Getting the sources close together is the simpler approach, but it has its own collection of problems. First is that you need an LED package that has multiple color channels in the same package. Second, packing more LEDs (and thus more power) into a smaller area, the thermal management problem becomes more complex. Third, getting consistent color becomes more difficult because you can no longer bin each color individually - your package has multiple color channels, each with their own binning. So you've gone from x bins per LED to x^n bins, where n is the number of color channels. And then there's the sourcing issue. Not all LED vendors make multichannel packages, and those that do aren't putting their latest technology into those packages. The available multichannel packages are all a generation behind cutting edge (at least). Multicolor packages also have a larger emitting area, often with different optical centers for each color. This makes getting narrow beams difficult, if not impossible, at least if you don't want significant beam artifacts. The Elation fixtures [Elation OPTI TRI 30] listed are using a tri-LED, which puts 3 colors of LED in a single package, complete with all the associated drawbacks.



That said, colormixing within the fixture not only eliminates the ''Lite Brite'' look, but also helps to eliminate the multicolored shadows you get from LEDs that are spaced out. There are also advantages to spacing out the LEDs, instead of combining them all into a single source. Higher brightness, higher efficiency, and passive thermal management are all advantages of using multiple single-color LEDs.



The information I have on the Elation fixture comes directly from Elation's datasheet http://www.elationlighting.com/pdffiles/opti-tri30-cutsheet.pdf



There are some photos on page 2 of that datasheet that show the front of the fixture when it is mixing between 2 colors. Of interest is the photo where the fixture is producing magenta, and you can clearly see that the red and blue beams don't overlap perfectly. This issue is an artifact of the narrow optics and the fact that a tri-LED has a different optical center for each color. [LED optics are typically imaging optics]

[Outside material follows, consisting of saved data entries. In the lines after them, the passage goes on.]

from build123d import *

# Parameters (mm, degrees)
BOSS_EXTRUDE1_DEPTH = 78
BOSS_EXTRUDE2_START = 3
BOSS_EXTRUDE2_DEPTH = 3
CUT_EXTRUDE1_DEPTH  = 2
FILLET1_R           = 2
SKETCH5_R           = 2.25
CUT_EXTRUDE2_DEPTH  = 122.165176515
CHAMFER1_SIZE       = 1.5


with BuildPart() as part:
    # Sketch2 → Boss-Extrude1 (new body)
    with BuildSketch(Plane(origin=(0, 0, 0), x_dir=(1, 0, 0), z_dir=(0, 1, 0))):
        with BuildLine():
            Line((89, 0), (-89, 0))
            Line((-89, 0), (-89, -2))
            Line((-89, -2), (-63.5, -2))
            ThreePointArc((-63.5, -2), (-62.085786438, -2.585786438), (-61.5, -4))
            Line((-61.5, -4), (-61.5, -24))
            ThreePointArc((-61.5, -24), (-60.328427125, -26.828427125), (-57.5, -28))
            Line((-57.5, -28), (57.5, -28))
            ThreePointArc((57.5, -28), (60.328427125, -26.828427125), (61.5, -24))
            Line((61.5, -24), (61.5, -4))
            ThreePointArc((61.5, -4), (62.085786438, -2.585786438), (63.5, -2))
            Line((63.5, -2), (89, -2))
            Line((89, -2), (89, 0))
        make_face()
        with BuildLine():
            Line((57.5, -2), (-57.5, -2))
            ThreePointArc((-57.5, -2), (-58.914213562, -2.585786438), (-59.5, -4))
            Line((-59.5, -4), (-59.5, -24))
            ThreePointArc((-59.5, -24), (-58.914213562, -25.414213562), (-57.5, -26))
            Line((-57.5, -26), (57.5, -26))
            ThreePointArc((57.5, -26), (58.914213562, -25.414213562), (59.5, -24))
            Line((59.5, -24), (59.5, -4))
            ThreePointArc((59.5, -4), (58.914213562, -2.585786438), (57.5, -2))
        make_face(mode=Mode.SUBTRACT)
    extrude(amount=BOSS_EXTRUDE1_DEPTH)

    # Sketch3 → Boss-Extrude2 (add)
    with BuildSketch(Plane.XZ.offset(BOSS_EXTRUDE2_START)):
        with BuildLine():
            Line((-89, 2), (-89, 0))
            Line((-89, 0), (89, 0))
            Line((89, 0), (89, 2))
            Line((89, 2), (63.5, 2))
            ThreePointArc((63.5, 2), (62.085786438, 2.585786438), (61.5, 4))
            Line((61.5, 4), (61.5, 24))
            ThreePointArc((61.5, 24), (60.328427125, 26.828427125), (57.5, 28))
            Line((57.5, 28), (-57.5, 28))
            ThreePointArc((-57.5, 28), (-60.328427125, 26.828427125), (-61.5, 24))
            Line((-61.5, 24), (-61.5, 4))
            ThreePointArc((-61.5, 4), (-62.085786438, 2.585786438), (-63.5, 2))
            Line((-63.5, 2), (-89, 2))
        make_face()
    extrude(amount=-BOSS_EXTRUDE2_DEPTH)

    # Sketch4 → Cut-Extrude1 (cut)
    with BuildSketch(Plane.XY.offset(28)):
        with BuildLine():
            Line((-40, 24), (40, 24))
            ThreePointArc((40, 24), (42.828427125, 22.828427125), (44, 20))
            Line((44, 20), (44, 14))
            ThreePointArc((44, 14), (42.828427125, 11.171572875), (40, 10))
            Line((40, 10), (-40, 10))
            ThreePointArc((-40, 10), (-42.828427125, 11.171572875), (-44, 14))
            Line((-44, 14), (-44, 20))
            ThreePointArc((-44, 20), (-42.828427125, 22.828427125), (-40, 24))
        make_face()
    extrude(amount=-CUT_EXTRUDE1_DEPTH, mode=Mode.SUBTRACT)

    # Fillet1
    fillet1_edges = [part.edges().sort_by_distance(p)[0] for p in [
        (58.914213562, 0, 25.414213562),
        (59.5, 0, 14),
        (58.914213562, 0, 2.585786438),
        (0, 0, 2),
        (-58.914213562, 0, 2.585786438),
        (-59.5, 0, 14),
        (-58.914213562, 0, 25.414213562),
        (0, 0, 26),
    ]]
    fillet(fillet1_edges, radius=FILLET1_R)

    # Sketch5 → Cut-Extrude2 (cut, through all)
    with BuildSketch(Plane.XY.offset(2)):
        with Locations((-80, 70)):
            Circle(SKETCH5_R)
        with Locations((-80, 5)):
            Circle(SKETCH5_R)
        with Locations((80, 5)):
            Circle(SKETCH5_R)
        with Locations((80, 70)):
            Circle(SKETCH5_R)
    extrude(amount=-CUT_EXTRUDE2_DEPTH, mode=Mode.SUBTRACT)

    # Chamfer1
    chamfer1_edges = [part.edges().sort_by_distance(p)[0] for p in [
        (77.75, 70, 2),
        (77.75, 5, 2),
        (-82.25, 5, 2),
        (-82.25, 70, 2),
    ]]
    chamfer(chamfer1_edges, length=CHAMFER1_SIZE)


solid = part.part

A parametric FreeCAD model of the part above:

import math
import FreeCAD as App
import Part
import Sketcher
from FreeCAD import Vector
Q = App.Units.Quantity


def edges_at(feature, points):
    """Names of the edges that pass closest to the given points."""
    edges = feature.Shape.Edges
    near = lambda p: min(range(len(edges)), key=lambda i: edges[i].distToShape(Part.Vertex(*p))[0])
    return sorted({f"Edge{near(p) + 1}" for p in points})

doc = App.newDocument("Part")
body = doc.addObject("PartDesign::Body", "Body")

sketch1 = doc.addObject("Sketcher::SketchObject", "Sketch")
body.addObject(sketch1)
sketch1.AttachmentSupport = (doc.XZ_Plane, [""])
sketch1.MapMode = "FlatFace"
sketch1.addGeometry([
    Part.LineSegment(Vector(89, 0, 0), Vector(-89, 0, 0)),
    Part.LineSegment(Vector(-89, 0, 0), Vector(-89, 2, 0)),
    Part.LineSegment(Vector(-89, 2, 0), Vector(-63.5, 2, 0)),
    Part.ArcOfCircle(Part.Circle(Vector(-63.5, 4, 0), Vector(0, 0, 1), 2), math.radians(-90), math.radians(0)),
    Part.LineSegment(Vector(-61.5, 4, 0), Vector(-61.5, 24, 0)),
    Part.ArcOfCircle(Part.Circle(Vector(-57.5, 24, 0), Vector(0, 0, 1), 4), math.radians(90), math.radians(180)),
    Part.LineSegment(Vector(-57.5, 28, 0), Vector(57.5, 28, 0)),
    Part.ArcOfCircle(Part.Circle(Vector(57.5, 24, 0), Vector(0, 0, 1), 4), math.radians(0), math.radians(90)),
    Part.LineSegment(Vector(61.5, 24, 0), Vector(61.5, 4, 0)),
    Part.ArcOfCircle(Part.Circle(Vector(63.5, 4, 0), Vector(0, 0, 1), 2), math.radians(-180), math.radians(-90)),
    Part.LineSegment(Vector(63.5, 2, 0), Vector(89, 2, 0)),
    Part.LineSegment(Vector(89, 2, 0), Vector(89, 0, 0)),
    Part.LineSegment(Vector(-57.5, 2, 0), Vector(57.5, 2, 0)),
    Part.ArcOfCircle(Part.Circle(Vector(57.5, 4, 0), Vector(0, 0, 1), 2), math.radians(-90), math.radians(0)),
    Part.LineSegment(Vector(59.5, 4, 0), Vector(59.5, 24, 0)),
    Part.ArcOfCircle(Part.Circle(Vector(57.5, 24, 0), Vector(0, 0, 1), 2), math.radians(0), math.radians(90)),
    Part.LineSegment(Vector(57.5, 26, 0), Vector(-57.5, 26, 0)),
    Part.ArcOfCircle(Part.Circle(Vector(-57.5, 24, 0), Vector(0, 0, 1), 2), math.radians(90), math.radians(180)),
    Part.LineSegment(Vector(-59.5, 24, 0), Vector(-59.5, 4, 0)),
    Part.ArcOfCircle(Part.Circle(Vector(-57.5, 4, 0), Vector(0, 0, 1), 2), math.radians(-180), math.radians(-90)),
], False)
sketch1.addConstraint([
    Sketcher.Constraint("Coincident", 0, 2, 1, 1),
    Sketcher.Constraint("Coincident", 1, 2, 2, 1),
    Sketcher.Constraint("Tangent", 2, 2, 3, 1),
    Sketcher.Constraint("Tangent", 3, 2, 4, 1),
    Sketcher.Constraint("Tangent", 4, 2, 5, 2),
    Sketcher.Constraint("Tangent", 5, 1, 6, 1),
    Sketcher.Constraint("Tangent", 6, 2, 7, 2),
    Sketcher.Constraint("Tangent", 7, 1, 8, 1),
    Sketcher.Constraint("Tangent", 8, 2, 9, 1),
    Sketcher.Constraint("Tangent", 9, 2, 10, 1),
    Sketcher.Constraint("Coincident", 10, 2, 11, 1),
    Sketcher.Constraint("Coincident", 11, 2, 0, 1),
    Sketcher.Constraint("Tangent", 12, 2, 13, 1),
    Sketcher.Constraint("Tangent", 13, 2, 14, 1),
    Sketcher.Constraint("Tangent", 14, 2, 15, 1),
    Sketcher.Constraint("Tangent", 15, 2, 16, 1),
    Sketcher.Constraint("Tangent", 16, 2, 17, 1),
    Sketcher.Constraint("Tangent", 17, 2, 18, 1),
    Sketcher.Constraint("Tangent", 18, 2, 19, 1),
    Sketcher.Constraint("Tangent", 19, 2, 12, 1),
    Sketcher.Constraint("Horizontal", 0),
    Sketcher.Constraint("Vertical", 1),
    Sketcher.Constraint("Horizontal", 2),
    Sketcher.Constraint("Vertical", 4),
    Sketcher.Constraint("Horizontal", 6),
    Sketcher.Constraint("Vertical", 8),
    Sketcher.Constraint("Horizontal", 10),
    Sketcher.Constraint("Vertical", 11),
    Sketcher.Constraint("Horizontal", 12),
    Sketcher.Constraint("Vertical", 14),
    Sketcher.Constraint("Horizontal", 16),
    Sketcher.Constraint("Vertical", 18),
    Sketcher.Constraint("Coincident", 15, 3, 7, 3),
    Sketcher.Constraint("Coincident", 17, 3, 5, 3),
    Sketcher.Constraint("Equal", 5, 7),
    Sketcher.Constraint("Equal", 3, 9),
    Sketcher.Constraint("Equal", 9, 13),
    Sketcher.Constraint("Equal", 13, 15),
    Sketcher.Constraint("Equal", 17, 19),
    Sketcher.Constraint("Symmetric", 0, 2, 11, 2, -1, 1),
    Sketcher.Constraint("Symmetric", 3, 3, 9, 3, -2),
    Sketcher.Constraint("Horizontal", 9, 3, 13, 3),
    Sketcher.Constraint("Radius", 3, Q("2 mm")),
    Sketcher.Constraint("Radius", 5, Q("4 mm")),
    Sketcher.Constraint("DistanceX", 0, 2, 0, 1, Q("178 mm")),
    Sketcher.Constraint("DistanceX", 6, 1, 6, 2, Q("115 mm")),
    Sketcher.Constraint("DistanceY", 1, 1, 1, 2, Q("2 mm")),
    Sketcher.Constraint("DistanceY", 4, 1, 4, 2, Q("20 mm")),
])
pad1 = doc.addObject("PartDesign::Pad", "Pad")
body.addObject(pad1)
pad1.Profile = sketch1
pad1.Length = 78
pad1.Reversed = True

sketch2 = doc.addObject("Sketcher::SketchObject", "Sketch001")
body.addObject(sketch2)
sketch2.AttachmentSupport = (doc.XZ_Plane, [""])
sketch2.MapMode = "FlatFace"
sketch2.AttachmentOffset = App.Placement(Vector(0, 0, 3), App.Rotation())
sketch2.addGeometry([
    Part.LineSegment(Vector(-89, 2, 0), Vector(-89, 0, 0)),
    Part.LineSegment(Vector(-89, 0, 0), Vector(89, 0, 0)),
    Part.LineSegment(Vector(89, 0, 0), Vector(89, 2, 0)),
    Part.LineSegment(Vector(89, 2, 0), Vector(63.5, 2, 0)),
    Part.ArcOfCircle(Part.Circle(Vector(63.5, 4, 0), Vector(0, 0, 1), 2), math.radians(-180), math.radians(-90)),
    Part.LineSegment(Vector(61.5, 4, 0), Vector(61.5, 24, 0)),
    Part.ArcOfCircle(Part.Circle(Vector(57.5, 24, 0), Vector(0, 0, 1), 4), math.radians(0), math.radians(90)),
    Part.LineSegment(Vector(57.5, 28, 0), Vector(-57.5, 28, 0)),
    Part.ArcOfCircle(Part.Circle(Vector(-57.5, 24, 0), Vector(0, 0, 1), 4), math.radians(90), math.radians(180)),
    Part.LineSegment(Vector(-61.5, 24, 0), Vector(-61.5, 4, 0)),
    Part.ArcOfCircle(Part.Circle(Vector(-63.5, 4, 0), Vector(0, 0, 1), 2), math.radians(-90), math.radians(0)),
    Part.LineSegment(Vector(-63.5, 2, 0), Vector(-89, 2, 0)),
], False)
sketch2.addConstraint([
    Sketcher.Constraint("Coincident", 0, 2, 1, 1),
    Sketcher.Constraint("Coincident", 1, 2, 2, 1),
    Sketcher.Constraint("Coincident", 2, 2, 3, 1),
    Sketcher.Constraint("Tangent", 3, 2, 4, 2),
    Sketcher.Constraint("Tangent", 4, 1, 5, 1),
    Sketcher.Constraint("Tangent", 5, 2, 6, 1),
    Sketcher.Constraint("Tangent", 6, 2, 7, 1),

''Binning'' is a way of quantifying the inherent variation between LEDs as they come off of a production line. Every manufacturer does things a bit differently, but a google search for ''LED binning'' turns up some useful info





And in the interests of full disclosure, I work for Philips Color Kinetics, a manufacturer of LED lighting fixtures.
 
Re: LED Beam Blending

I have used S4 PAR lenses with Elation Opti-Tri PARs and another LED PAR (I could look through my notes and figure out the make/model). With a bit of fiddling it is isn't too hard to make a bracket for the gel frame slot to hold the lens and they work pretty well. I know that others have done similar things.
 
Re: LED Beam Blending

With a bit of fiddling it is isn't too hard to make a bracket for the gel frame slot to hold the lens and they work pretty well. I know that others have done similar things.



Sounds interesting!



A while ago I got a whole pile of S4 lenses (as part of a job lot from a company that closed down) Somewhat annoyingly, I have only recently concluded eBaying them (since we don't own any multipars)



How does this arrangement hold up to gigging? Do you keep the lenses in or remove them for transit?
 
Re: LED Beam Blending

How does this arrangement hold up to gigging? Do you keep the lenses in or remove them for transit?



I do theatre lighting so I can't really answers these questions. I think it would really depend on how bomber the brackets you built are and how you want to transport the fixture. With the brackets I used, the lens is in front of the gel frame holder so you couldn't case the fixtures barrel-down without damaging stuff. It might be possible to build a bracket which doesn't present that issue and then you could leave them in.